A drop in US unemployment claims on Thursday helped to soothe fears over an imminent economic slowdown and gave US equities their strongest gain since 2022.

That led to a moderate rebound in Asia. Japan’s Topix closed 1 per cent higher, while South Korea’s Kospi and Hong Kong’s Hang Seng rose 1.5 per cent, and Taiwan’s TWSE closed 2.9 per cent up on the back of an Asian semiconductor stock rally.

European stock markets also opened higher, albeit with smaller gains than in Asia and the US. The region-wide Stoxx 600 index rose 0.4 per cent, with strong gains for real estate and resources stocks. France’s Cac 40 increased 0.3 per cent, while Germany’s Dax gained 0.1 per cent. The UK’s FTSE 100 stayed flat. 

Concerns around the US economy remain the overwhelming driver of sentiment, traders said. A week earlier, a more negative-looking jobs report stoked recession fears and helped trigger the massive, record-breaking sell-off in Tokyo on Monday that wiped 12 per cent off the major Japanese stock indices.

On Tuesday, with brokers able to convince investors the sell-off had been wildly overdone, shares rebounded with their biggest one-day gain since 2008. On Friday, the Topix was 3 per cent lower on the market close a week earlier.

Line chart of Topix index  showing Japan’s Topix has had a rollercoaster August

“Volatility is still high, so we may continue to see market fluctuations [in Japan], said Naoya Fuji, equity strategist at Nomura, who emphasised that strong corporate earnings, share buybacks and better corporate governance had helped the Japanese market recover from Monday’s shock sell-off.

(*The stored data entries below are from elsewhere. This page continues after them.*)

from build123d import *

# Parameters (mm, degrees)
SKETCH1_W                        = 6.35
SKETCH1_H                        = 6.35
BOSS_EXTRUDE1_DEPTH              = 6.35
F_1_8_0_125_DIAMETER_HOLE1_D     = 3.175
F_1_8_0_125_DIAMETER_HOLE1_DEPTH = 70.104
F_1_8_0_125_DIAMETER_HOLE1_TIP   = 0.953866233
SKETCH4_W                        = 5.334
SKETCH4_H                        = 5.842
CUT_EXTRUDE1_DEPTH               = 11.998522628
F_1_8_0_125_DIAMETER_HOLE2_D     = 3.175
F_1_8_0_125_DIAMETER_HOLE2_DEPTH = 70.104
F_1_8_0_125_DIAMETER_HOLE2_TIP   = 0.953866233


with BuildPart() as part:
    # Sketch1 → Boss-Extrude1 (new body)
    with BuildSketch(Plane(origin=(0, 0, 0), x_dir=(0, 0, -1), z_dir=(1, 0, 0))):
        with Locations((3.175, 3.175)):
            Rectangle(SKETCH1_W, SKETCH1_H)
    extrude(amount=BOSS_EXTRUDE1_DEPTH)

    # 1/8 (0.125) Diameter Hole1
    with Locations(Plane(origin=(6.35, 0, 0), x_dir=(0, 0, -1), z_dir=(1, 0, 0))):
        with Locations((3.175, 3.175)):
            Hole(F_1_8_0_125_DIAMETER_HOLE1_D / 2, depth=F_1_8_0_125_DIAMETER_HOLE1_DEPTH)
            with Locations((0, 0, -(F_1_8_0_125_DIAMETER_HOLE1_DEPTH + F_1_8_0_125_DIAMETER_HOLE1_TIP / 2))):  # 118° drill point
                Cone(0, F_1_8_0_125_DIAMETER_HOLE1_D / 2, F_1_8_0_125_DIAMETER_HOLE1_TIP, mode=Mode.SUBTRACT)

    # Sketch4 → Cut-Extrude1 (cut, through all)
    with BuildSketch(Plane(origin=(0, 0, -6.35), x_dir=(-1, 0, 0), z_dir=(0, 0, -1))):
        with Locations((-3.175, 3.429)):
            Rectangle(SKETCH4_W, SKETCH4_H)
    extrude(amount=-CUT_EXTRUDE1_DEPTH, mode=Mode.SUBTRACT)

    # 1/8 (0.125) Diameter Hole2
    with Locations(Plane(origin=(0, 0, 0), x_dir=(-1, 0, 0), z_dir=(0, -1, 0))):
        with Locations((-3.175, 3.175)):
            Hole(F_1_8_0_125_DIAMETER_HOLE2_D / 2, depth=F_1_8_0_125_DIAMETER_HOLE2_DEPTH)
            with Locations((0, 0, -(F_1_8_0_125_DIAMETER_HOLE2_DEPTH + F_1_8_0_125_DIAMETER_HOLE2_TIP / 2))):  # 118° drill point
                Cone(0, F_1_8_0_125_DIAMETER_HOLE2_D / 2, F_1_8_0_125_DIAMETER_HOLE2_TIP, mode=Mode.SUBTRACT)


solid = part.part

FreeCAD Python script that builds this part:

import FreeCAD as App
import Part
import Sketcher

V = App.Vector
Q = App.Units.Quantity

doc = App.newDocument("Part")
body = doc.addObject("PartDesign::Body", "Body")

# Sketch on YZ plane
sketch1 = body.newObject("Sketcher::SketchObject", "Sketch")
sketch1.AttachmentSupport = (doc.getObject("YZ_Plane"), [""])
sketch1.MapMode = "FlatFace"
sketch1.addGeometry(Part.LineSegment(V(6, 0, 0), V(0, 0, 0)), False)
sketch1.addGeometry(Part.LineSegment(V(0, 0, 0), V(0, -6, 0)), False)
sketch1.addGeometry(Part.LineSegment(V(0, -6, 0), V(6, -6, 0)), False)
sketch1.addGeometry(Part.LineSegment(V(6, -6, 0), V(6, 0, 0)), False)
sketch1.addConstraint(Sketcher.Constraint("Coincident", 0, 2, 1, 1))
sketch1.addConstraint(Sketcher.Constraint("Coincident", 1, 2, 2, 1))
sketch1.addConstraint(Sketcher.Constraint("Coincident", 2, 2, 3, 1))
sketch1.addConstraint(Sketcher.Constraint("Coincident", 3, 2, 0, 1))
sketch1.addConstraint(Sketcher.Constraint("Horizontal", 0))
sketch1.addConstraint(Sketcher.Constraint("Vertical", 1))
sketch1.addConstraint(Sketcher.Constraint("Horizontal", 2))
sketch1.addConstraint(Sketcher.Constraint("Vertical", 3))
sketch1.addConstraint(Sketcher.Constraint("Coincident", 0, 2, -1, 1))
sketch1.addConstraint(Sketcher.Constraint("Equal", 2, 1))
sketch1.addConstraint(Sketcher.Constraint("DistanceX", 0, 2, 0, 1, Q("0.25 in")))
pad1 = body.newObject("PartDesign::Pad", "Pad")
pad1.Profile = sketch1
pad1.Length = Q("0.25 in")

# Sketch on YZ plane
sketch2 = body.newObject("Sketcher::SketchObject", "Sketch001")
sketch2.AttachmentSupport = (doc.getObject("YZ_Plane"), [""])
sketch2.MapMode = "FlatFace"
sketch2.AttachmentOffset = App.Placement(V(0, 0, 0.25 * 25.4), App.Rotation())
sketch2.addGeometry(Part.Circle(V(3.2, -3.2, 0), V(0, 0, 1), 1.6), False)
sketch2.addConstraint(Sketcher.Constraint("Diameter", 0, Q("0.125 in")))
sketch2.addConstraint(Sketcher.Constraint("DistanceX", -1, 1, 0, 3, Q("0.125 in")))
sketch2.addConstraint(Sketcher.Constraint("DistanceY", 0, 3, -1, 1, Q("0.125 in")))
doc.recompute()
hole = body.newObject("PartDesign::Hole", "Hole")
hole.Profile = sketch2
hole.ThreadType = "None"
hole.Diameter = Q("0.125 in")
hole.DepthType = "Dimension"
hole.Depth = Q("2.76 in")
hole.DrillPoint = "Angled"
hole.DrillPointAngle = 118

# Sketch on XY plane
sketch3 = body.newObject("Sketcher::SketchObject", "Sketch002")
sketch3.AttachmentSupport = (doc.getObject("XY_Plane"), [""])
sketch3.MapMode = "FlatFace"
sketch3.AttachmentOffset = App.Placement(V(0, 0, -0.25 * 25.4), App.Rotation())
sketch3.addGeometry(Part.LineSegment(V(6, 6, 0), V(6, 1, 0)), False)
sketch3.addGeometry(Part.LineSegment(V(6, 1, 0), V(1, 1, 0)), False)
sketch3.addGeometry(Part.LineSegment(V(1, 1, 0), V(1, 6, 0)), False)
sketch3.addGeometry(Part.LineSegment(V(1, 6, 0), V(6, 6, 0)), False)
sketch3.addConstraint(Sketcher.Constraint("Coincident", 0, 2, 1, 1))
sketch3.addConstraint(Sketcher.Constraint("Coincident", 1, 2, 2, 1))
sketch3.addConstraint(Sketcher.Constraint("Coincident", 2, 2, 3, 1))
sketch3.addConstraint(Sketcher.Constraint("Coincident", 3, 2, 0, 1))
sketch3.addConstraint(Sketcher.Constraint("Vertical", 0))
sketch3.addConstraint(Sketcher.Constraint("Horizontal", 1))
sketch3.addConstraint(Sketcher.Constraint("Vertical", 2))
sketch3.addConstraint(Sketcher.Constraint("Horizontal", 3))
sketch3.addConstraint(Sketcher.Constraint("DistanceX", 1, 2, 1, 1, Q("0.21 in")))
sketch3.addConstraint(Sketcher.Constraint("DistanceY", 0, 2, 0, 1, Q("0.23 in")))
sketch3.addConstraint(Sketcher.Constraint("DistanceX", -1, 1, 0, 2, Q("0.23 in")))
sketch3.addConstraint(Sketcher.Constraint("DistanceY", -1, 1, 0, 2, Q("0.02 in")))
pocket1 = body.newObject("PartDesign::Pocket", "Pocket")
pocket1.Profile = sketch3
pocket1.Type = "ThroughAll"
pocket1.Reversed = True

# Sketch on XZ plane
sketch4 = body.newObject("Sketcher::SketchObject", "Sketch003")
sketch4.AttachmentSupport = (doc.getObject("XZ_Plane"), [""])
sketch4.MapMode = "FlatFace"
sketch4.addGeometry(Part.Circle(V(3.2, -3.2, 0), V(0, 0, 1), 1.6), False)
sketch4.addConstraint(Sketcher.Constraint("Diameter", 0, Q("0.125 in")))
sketch4.addConstraint(Sketcher.Constraint("DistanceX", -1, 1, 0, 3, Q("0.125 in")))
sketch4.addConstraint(Sketcher.Constraint("DistanceY", 0, 3, -1, 1, Q("0.125 in")))
doc.recompute()
hole2 = body.newObject("PartDesign::Hole", "Hole001")
hole2.Profile = sketch4
hole2.ThreadType = "None"
hole2.Diameter = Q("0.125 in")
hole2.DepthType = "Dimension"
hole2.Depth = Q("2.76 in")
hole2.DrillPoint = "Angled"
hole2.DrillPointAngle = 118

doc.recompute()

On Thursday, the benchmark S&P 500 rose 2.3 per cent, closing out its best day in almost 21 months, while the technology-heavy Nasdaq Composite added 2.9 per cent — its biggest daily gain since February.

The advances follow data showing that new US applications for unemployment aid — seen as a proxy for job cuts — had fallen to their lowest level in a month.

“It was the jobs report last week that sent markets into a tailspin,” said Kristina Hooper, chief global market strategist at Invesco, so “it makes sense it was a labour market point that would calm markets” this week.

Figures from the US labour department on Thursday gave a reading of 233,000 for initial state unemployment claims in the week ending August 3 on a seasonally adjusted basis, down from the previous week’s upwardly revised level of 250,000 — and below economists’ forecasts of 240,000.

By contrast, last week’s payrolls report showed the world’s biggest economy added just 114,000 jobs in July, far fewer than consensus predictions of 175,000 — sending share prices sharply lower in volatile trading on Friday and Monday, and triggering a steep rally in government bonds as investors cranked up their bets that the Federal Reserve would need to cut interest rates imminently.

The Vix index of expected US stock market turbulence, known as Wall Street’s “fear gauge”, had briefly topped a reading of 60 on Monday, well above its long-term average of about 20, before retreating.

For Tim Murray, multi-asset strategist at T Rowe Price, the unemployment report was “a big positive surprise after we’ve seen this run of negative surprises”.

Invesco’s Hooper pointed to an “ongoing process of healing — but with the caveat that markets are going to be on edge because nothing has changed with the Fed. They are not going to do any kind of rate cut before the September meeting”.

“I think it’s going to take time for markets to normalise, but we have to ask ourselves what triggered that sell-off, and I think it was irrational,” she added. “I don’t think it’s telling us that we have a big recession coming.”

Equities had until recently a particularly strong run, driven by hopes of a “soft landing” whereby the Fed successfully brings down inflation without triggering a recession, and by enthusiasm for artificial intelligence companies.